Ich setzte mit Meyer die Meldungen nach Berlin auf, die ich morgen per Bahn durch einen unserer Chiffreure hinschicke, da alle telegraphischen Verbindungen unterbrochen sind. Zu Nacht gegessen im Restaurant Angielski. Im Ministerium wurde Meyer gesagt, sieben Zimmer stünden in zwei verschiedenen Wohnungen zur Verfügung, aber ungeheizt u zum Teil unbeleuchtet. Ich gieng mit Fürstner in die uns vom Bankdirektor Theusner angebotenen Räumlichkeiten in seinem „Heim“ an der Nierzbower. Die Gesandtschaft ist in der grossen Stadt drolligerweise trotz aller angeblichen Anstrengungen der polnischen Behörden wie ein gehetztes Wild.

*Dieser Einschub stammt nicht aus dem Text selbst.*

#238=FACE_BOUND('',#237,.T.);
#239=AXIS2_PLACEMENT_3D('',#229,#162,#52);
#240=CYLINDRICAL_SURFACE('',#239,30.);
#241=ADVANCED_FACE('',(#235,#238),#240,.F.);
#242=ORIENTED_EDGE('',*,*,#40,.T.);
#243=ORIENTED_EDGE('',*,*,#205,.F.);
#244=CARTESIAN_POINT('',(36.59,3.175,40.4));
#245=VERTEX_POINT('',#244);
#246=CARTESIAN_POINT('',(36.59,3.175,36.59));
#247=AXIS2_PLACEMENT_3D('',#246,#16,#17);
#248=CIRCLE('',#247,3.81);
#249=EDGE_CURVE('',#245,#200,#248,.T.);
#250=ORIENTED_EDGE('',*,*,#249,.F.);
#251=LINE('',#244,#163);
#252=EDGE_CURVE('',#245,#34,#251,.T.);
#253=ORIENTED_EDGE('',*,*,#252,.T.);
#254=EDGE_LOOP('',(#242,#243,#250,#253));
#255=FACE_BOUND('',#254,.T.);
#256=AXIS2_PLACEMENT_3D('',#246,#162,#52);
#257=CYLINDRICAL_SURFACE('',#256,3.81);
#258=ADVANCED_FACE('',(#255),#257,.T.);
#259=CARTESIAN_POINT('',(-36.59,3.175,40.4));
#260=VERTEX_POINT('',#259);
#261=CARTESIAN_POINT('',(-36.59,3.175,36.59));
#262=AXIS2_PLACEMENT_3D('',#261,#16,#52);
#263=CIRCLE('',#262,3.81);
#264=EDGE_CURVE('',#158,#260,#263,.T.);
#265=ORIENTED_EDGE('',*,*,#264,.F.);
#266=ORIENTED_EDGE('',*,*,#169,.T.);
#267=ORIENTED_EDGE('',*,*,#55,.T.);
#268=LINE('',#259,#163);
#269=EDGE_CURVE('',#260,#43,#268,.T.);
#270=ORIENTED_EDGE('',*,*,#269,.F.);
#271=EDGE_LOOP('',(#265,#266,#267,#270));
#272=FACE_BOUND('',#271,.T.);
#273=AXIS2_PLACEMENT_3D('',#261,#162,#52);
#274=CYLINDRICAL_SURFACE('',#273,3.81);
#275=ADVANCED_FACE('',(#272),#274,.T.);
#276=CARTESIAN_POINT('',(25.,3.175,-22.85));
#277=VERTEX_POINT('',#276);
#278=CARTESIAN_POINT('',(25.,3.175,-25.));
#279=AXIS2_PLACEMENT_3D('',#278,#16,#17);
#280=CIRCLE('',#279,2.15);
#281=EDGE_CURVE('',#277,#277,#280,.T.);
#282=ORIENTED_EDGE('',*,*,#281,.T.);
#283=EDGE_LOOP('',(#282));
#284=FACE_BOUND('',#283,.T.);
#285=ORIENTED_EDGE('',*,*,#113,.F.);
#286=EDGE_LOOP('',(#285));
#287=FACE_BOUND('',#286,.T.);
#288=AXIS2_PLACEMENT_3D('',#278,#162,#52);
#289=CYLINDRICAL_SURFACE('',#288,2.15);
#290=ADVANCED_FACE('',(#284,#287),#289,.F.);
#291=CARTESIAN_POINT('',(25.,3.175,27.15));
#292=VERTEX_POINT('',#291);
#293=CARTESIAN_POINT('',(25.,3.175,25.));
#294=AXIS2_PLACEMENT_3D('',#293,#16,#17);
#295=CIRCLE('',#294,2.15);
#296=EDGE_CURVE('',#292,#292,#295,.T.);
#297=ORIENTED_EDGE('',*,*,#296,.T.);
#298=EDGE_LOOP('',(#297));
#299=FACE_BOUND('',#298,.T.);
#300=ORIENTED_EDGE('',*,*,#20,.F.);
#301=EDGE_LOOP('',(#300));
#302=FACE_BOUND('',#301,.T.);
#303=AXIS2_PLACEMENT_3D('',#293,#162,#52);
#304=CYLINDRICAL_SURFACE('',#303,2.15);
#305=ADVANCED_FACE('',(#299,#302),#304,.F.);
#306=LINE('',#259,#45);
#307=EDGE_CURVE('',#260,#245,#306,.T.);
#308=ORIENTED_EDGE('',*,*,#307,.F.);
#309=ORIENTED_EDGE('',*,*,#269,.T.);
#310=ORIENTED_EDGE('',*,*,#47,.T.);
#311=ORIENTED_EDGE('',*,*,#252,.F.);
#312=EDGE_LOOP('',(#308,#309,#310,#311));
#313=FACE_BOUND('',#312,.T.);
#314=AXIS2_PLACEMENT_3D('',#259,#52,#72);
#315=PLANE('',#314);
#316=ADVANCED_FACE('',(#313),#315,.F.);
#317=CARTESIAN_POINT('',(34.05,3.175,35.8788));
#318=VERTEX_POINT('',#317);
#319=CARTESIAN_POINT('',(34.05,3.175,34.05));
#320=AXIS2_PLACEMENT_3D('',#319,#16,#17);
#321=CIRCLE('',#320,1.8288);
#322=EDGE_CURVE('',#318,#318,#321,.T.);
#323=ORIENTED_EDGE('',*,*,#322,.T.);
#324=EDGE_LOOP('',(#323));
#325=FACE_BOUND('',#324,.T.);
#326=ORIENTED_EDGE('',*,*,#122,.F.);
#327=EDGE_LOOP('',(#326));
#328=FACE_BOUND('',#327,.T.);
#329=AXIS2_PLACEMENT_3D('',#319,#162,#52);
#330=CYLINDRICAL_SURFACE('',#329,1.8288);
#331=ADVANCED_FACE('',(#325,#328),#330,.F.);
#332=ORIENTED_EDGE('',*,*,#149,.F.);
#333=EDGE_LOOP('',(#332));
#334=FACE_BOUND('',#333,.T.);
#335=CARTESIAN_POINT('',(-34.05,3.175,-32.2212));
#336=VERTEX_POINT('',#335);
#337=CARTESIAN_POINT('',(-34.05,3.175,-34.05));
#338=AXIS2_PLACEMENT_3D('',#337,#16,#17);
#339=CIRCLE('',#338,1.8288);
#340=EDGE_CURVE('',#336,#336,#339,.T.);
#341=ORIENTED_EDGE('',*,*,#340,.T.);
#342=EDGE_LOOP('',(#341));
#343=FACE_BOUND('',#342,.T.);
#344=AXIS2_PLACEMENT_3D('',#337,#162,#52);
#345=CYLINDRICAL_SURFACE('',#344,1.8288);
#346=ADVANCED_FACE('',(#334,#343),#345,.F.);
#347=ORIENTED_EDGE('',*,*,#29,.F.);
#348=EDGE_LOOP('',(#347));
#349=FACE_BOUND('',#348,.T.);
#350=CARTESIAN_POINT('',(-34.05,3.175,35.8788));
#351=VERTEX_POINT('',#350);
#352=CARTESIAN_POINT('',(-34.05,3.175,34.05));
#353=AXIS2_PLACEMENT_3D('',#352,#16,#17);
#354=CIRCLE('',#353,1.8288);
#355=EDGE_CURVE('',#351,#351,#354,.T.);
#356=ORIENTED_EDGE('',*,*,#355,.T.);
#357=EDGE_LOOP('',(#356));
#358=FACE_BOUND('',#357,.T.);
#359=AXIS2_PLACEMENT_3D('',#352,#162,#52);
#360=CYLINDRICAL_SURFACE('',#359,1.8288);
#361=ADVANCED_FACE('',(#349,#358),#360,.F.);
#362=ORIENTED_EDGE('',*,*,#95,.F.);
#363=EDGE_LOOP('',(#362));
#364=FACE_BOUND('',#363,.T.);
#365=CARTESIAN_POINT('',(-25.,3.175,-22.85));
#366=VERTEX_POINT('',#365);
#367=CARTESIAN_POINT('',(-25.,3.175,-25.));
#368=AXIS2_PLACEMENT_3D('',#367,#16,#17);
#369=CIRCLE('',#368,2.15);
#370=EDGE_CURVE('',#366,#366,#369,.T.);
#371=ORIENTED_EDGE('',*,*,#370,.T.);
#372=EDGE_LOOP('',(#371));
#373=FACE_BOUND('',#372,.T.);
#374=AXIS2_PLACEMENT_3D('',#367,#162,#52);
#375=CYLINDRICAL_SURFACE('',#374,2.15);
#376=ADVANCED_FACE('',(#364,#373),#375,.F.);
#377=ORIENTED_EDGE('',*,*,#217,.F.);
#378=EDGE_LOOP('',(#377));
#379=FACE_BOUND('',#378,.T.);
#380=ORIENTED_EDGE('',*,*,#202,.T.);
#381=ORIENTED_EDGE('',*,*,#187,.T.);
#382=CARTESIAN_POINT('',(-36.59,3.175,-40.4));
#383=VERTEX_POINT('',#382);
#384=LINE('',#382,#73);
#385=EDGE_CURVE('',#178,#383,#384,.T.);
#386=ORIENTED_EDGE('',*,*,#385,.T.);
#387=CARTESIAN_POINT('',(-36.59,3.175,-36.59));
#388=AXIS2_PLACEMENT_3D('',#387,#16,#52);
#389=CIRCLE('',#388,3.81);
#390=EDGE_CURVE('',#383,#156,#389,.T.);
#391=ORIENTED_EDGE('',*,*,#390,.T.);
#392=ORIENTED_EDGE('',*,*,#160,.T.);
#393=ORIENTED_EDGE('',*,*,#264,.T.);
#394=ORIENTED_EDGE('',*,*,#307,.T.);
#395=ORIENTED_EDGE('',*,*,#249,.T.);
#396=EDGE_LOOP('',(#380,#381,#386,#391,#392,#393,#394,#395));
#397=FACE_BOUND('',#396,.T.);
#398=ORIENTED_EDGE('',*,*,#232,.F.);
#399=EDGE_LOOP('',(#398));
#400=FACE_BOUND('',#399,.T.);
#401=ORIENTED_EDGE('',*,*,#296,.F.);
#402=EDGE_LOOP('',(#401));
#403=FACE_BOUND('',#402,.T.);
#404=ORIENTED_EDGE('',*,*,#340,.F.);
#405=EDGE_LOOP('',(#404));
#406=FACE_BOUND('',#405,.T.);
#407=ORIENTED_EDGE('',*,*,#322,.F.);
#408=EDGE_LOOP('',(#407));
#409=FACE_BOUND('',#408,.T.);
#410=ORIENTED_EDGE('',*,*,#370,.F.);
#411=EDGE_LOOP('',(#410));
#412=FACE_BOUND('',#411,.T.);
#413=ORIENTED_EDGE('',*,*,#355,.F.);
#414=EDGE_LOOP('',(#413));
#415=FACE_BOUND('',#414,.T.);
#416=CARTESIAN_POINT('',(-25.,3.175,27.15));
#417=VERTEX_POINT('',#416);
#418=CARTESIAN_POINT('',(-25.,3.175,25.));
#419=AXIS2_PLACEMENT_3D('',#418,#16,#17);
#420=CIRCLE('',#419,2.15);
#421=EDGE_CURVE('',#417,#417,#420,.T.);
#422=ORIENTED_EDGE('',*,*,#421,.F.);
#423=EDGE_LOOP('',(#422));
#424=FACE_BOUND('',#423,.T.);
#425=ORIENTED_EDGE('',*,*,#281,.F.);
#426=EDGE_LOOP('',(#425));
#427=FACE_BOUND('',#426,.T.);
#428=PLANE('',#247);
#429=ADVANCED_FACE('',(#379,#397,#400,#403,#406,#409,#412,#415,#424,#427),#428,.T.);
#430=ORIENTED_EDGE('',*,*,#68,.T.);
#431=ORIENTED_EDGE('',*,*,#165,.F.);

Offenbar ist die jetzige Regierung zu schwach, um Ordnung zu halten. Die Polen sind nur mit einer eisernen Faust und viel Glanz und Ruhm zu regieren. Daher bieten sie das beste Material für einen imperialistischen Grossstaat, wenn der richtige brutale und ehrgeizige Mann an die Spitze kommt. Allerdings sind sie selbst politisch Kinder. Deshalb sind die bisherigen polnischen Imperien immer bald zerfallen, wenn eine überragende Persönlichkeit an der Spitze fehlte. Vieles hiervon ist auch von Preussen-Ostelbien wahr.
Quelle:
Riederer, Günter, Hilse, Christoph (Hrsg.), Harry Graf Kessler. Das Tagebuch Sechster Band 1916-1918, Stuttgart 2004, S. 666 - 668.